Let the pricing kernel in Equation (9) solve $V_t\left(S_t\right){\theta }_t\left(S_t\right)={\mu }_t\left(S_t\right)$. Define the symmetric ${\mathcal{E}}^{\mathcal{P}}$-martingale $S_t^{*}=S_0^{*}+{\int }_0^t{V}_r\left(S_r^{*}\right)\mathrm{d}{\mathsf{B}}_r$ (see the second result in Appendix A.2), and assume ${\mathcal{E}}^{\mathcal{P}}\left(exp\left(\delta ·{\int }_0^T{\theta }_t{\left(S_t\right)}^2\mathrm{d}{\langle \mathsf{B}\rangle }_t\right)\right)<\infty$ for some $\delta >\frac{1}{2}$. Under these conditions, we have the following FTAP under ambiguous volatility. The result corresponds to Theorem 3 of Harrison and Kreps (1979) where uncertainty is captured by a single objective probability measure.

Theorem 1.

An EsMM-set $\mathcal{Q}=\psi \mathcal{P}$ exists if and only if $\mathcal{P}$-arbitrage in $\mathtt{FM}(1,S)$ is absent.

Remark 3.

Theorem 3.3 of Epstein and Ji (2013) obtains analogous state prices by using a consumption-based utility-gradient approach and assuming ${\mu }_t\left(S_t\right)={\mu }_t{S}_t$ and $V_t\left(S_t\right)=V_t{S}_t$. The local form of (7) would then be apparently governed by $\frac{\mathrm{d}{S}_t}{S_t}=b_t\mathrm{d}{\langle \mathsf{B}\rangle }_t+V_t\mathrm{d}{\mathsf{B}}_t$. The relation between the asset price processes, with pricing kernel $\left(\frac{{\mu }_t}{V_t}\right)=\left({\theta }_t\right)$, is as follows ${\int }_0^t{\mu }_s\mathrm{d}{\langle \mathsf{B}\rangle }_s={\int }_0^t{\mu }_s{\widehat{a}}_s\mathrm{d}s={\int }_0^t{b}_s\mathrm{d}s$, where ${\widehat{a}}_s=\frac{\mathrm{d}}{\mathrm{d}s}{\langle \mathsf{B}\rangle }_s$ denotes the derivative of the ambiguous quadratic variation.

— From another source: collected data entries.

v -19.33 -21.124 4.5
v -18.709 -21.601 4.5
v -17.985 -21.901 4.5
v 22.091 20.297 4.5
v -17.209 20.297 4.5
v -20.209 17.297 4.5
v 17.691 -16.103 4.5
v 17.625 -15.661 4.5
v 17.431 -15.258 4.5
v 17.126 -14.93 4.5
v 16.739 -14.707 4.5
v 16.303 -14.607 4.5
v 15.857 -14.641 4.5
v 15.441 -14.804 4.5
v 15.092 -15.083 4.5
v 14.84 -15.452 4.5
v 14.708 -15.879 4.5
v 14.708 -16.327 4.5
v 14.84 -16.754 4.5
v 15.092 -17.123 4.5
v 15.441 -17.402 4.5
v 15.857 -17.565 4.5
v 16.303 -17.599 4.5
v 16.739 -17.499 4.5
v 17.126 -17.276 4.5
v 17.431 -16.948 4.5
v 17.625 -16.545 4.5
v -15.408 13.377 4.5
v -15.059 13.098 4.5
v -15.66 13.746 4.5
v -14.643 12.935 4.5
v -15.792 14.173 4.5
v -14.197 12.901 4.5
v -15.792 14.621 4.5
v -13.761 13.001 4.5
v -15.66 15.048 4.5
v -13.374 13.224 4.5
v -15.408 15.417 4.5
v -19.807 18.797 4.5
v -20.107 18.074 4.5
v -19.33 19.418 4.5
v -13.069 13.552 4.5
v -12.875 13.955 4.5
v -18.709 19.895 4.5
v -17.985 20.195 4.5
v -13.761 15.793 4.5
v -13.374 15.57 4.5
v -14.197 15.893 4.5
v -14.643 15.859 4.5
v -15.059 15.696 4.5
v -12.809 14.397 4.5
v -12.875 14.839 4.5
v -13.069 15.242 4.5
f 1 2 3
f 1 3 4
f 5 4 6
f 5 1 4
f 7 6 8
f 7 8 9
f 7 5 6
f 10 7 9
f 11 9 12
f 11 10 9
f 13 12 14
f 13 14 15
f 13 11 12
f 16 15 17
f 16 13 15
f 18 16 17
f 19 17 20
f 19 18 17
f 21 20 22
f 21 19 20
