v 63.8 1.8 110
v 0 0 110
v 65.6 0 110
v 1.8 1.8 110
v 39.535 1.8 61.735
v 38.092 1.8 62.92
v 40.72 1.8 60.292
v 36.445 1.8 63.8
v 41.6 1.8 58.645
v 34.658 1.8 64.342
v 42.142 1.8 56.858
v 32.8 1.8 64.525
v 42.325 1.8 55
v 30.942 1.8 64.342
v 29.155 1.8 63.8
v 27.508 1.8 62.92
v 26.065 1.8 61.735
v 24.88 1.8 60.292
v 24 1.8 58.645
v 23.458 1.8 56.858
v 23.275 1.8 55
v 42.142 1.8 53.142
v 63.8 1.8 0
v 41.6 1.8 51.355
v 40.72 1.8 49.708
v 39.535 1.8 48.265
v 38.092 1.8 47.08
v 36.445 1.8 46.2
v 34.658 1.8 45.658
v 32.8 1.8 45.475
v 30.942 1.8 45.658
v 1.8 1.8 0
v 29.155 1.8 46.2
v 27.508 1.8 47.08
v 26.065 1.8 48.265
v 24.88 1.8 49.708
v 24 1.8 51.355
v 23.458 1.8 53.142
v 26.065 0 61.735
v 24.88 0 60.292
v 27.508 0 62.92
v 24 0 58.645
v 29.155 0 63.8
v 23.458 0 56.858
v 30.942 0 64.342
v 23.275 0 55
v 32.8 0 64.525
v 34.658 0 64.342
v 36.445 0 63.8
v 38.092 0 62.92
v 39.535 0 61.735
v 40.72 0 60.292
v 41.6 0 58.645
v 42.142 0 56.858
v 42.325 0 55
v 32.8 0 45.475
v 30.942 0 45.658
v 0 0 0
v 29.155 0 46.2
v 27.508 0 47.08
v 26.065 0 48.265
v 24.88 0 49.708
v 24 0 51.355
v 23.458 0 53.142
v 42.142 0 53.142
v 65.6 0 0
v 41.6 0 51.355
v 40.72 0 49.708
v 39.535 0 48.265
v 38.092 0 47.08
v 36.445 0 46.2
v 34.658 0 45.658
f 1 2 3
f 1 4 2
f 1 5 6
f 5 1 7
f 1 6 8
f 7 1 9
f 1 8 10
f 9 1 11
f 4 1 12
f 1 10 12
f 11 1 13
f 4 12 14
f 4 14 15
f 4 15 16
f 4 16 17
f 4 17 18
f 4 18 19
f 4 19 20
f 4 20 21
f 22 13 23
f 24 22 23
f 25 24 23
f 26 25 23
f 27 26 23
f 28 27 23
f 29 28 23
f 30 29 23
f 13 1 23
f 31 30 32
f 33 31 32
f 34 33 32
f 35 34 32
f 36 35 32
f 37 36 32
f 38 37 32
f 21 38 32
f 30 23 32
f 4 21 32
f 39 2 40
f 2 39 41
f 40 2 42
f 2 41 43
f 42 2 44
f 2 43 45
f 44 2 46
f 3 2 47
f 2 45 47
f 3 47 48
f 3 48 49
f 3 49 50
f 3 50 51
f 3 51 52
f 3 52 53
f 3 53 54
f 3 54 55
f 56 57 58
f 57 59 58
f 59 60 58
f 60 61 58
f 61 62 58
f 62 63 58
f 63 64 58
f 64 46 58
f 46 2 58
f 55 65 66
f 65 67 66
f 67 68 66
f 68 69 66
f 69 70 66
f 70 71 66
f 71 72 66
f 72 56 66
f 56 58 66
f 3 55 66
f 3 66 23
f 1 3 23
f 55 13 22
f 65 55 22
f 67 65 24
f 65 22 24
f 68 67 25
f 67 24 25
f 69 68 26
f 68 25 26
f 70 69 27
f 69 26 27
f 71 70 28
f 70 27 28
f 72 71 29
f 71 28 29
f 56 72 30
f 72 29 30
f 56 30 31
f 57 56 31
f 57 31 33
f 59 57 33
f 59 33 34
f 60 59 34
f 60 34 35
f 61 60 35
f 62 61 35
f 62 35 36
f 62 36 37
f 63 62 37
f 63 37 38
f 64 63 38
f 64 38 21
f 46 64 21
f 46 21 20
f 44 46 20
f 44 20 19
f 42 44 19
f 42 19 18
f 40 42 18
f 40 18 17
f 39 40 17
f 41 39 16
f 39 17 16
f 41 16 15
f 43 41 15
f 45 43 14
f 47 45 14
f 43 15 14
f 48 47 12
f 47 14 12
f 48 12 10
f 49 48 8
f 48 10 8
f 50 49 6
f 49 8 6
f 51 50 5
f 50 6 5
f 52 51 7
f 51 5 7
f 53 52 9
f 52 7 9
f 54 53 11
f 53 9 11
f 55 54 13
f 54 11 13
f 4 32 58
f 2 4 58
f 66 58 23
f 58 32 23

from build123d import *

# Parameters (mm, degrees)
BOSS_EXTRUDE1_DEPTH = 110
SKETCH2_R           = 9.525
CUT_EXTRUDE1_DEPTH  = 2.8


with BuildPart() as part:
    # Sketch1 → Boss-Extrude1 (new body)
    with BuildSketch(Plane.XY):
        Polygon((0, 0), (65.6, 0), (63.8, 1.8), (1.8, 1.8), align=None)
    extrude(amount=BOSS_EXTRUDE1_DEPTH)

    # Sketch2 → Cut-Extrude1 (cut, through all)
    with BuildSketch(Plane(origin=(0, 1.8, 0), x_dir=(1, 0, 0), z_dir=(0, 1, 0))):
        with Locations((32.8, -55)):
            Circle(SKETCH2_R)
    extrude(amount=-CUT_EXTRUDE1_DEPTH, mode=Mode.SUBTRACT)


solid = part.part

We end this section with an example on option pricing under volatility uncertainty.

Example 2.

Let $\theta =\frac{{\mu }_t(·)}{V_t(·)}$ be constant and $X=\phi \left(S_T\right)$ be an option on the uncertain asset price from (7). If φ is convex, such as a European call $\phi \left(x\right)={(x-\mathtt{s})}^{+}$ for some strike price $\mathtt{s}$, the price from (8) then simplifies to

$$\Psi \left(X\right)=\underset{\mathbb{Q}\in \mathcal{Q}}{max}{E}^{\mathbb{Q}}\left[X\right]=E^{{\mathbb{Q}}^{*}}\left[X\right]=E^{P_{\overline{\sigma }}}\left[\psi X\right],$$

where, as a special of Equation (9) under $P_{\overline{\sigma }}$,

$$\psi =exp\left(-\frac{1}{2}{\int }_0^T{\left(\theta \overline{\sigma }\right)}^2\mathrm{d}t-{\int }_0^T\theta \overline{\sigma }\mathrm{d}{B}_t\right).$$

Similarly, for concave φ, such as a European put, we get $\Psi \left(X\right)=E^{P_{\underline{\sigma }}}\left[\psi X\right]$ (see Avellaneda et al. (1995) for a detailed discussion of both cases). In particular, the pricing then coincides with the pricing in a Black–Scholes model.

Nonconvex payoff structures, such as Butterfly options3, yield a maximizing $\mathbb{Q}\in \mathcal{Q}$ with $\mathrm{d}{\mathbb{Q}}^{*}=\psi \mathrm{d}{\mathbb{P}}_{{\sigma }^{*}}$ such that the corresponding ${\sigma }^{*}$ is no longer a constant process. Thus, there is no σ for the Black–Scholes model that matches with the pricing under volatility uncertainty. In Fouque and Ren (2014), with $[\underline{\sigma },\overline{\sigma }]=[0.15,0.2]$, the price of a butterfly option under Ψ is computed through approximation techniques of the corresponding nonlinear heat PDE (see also Appendix A.2 for the relation between PDE’s and G-Brownian motion).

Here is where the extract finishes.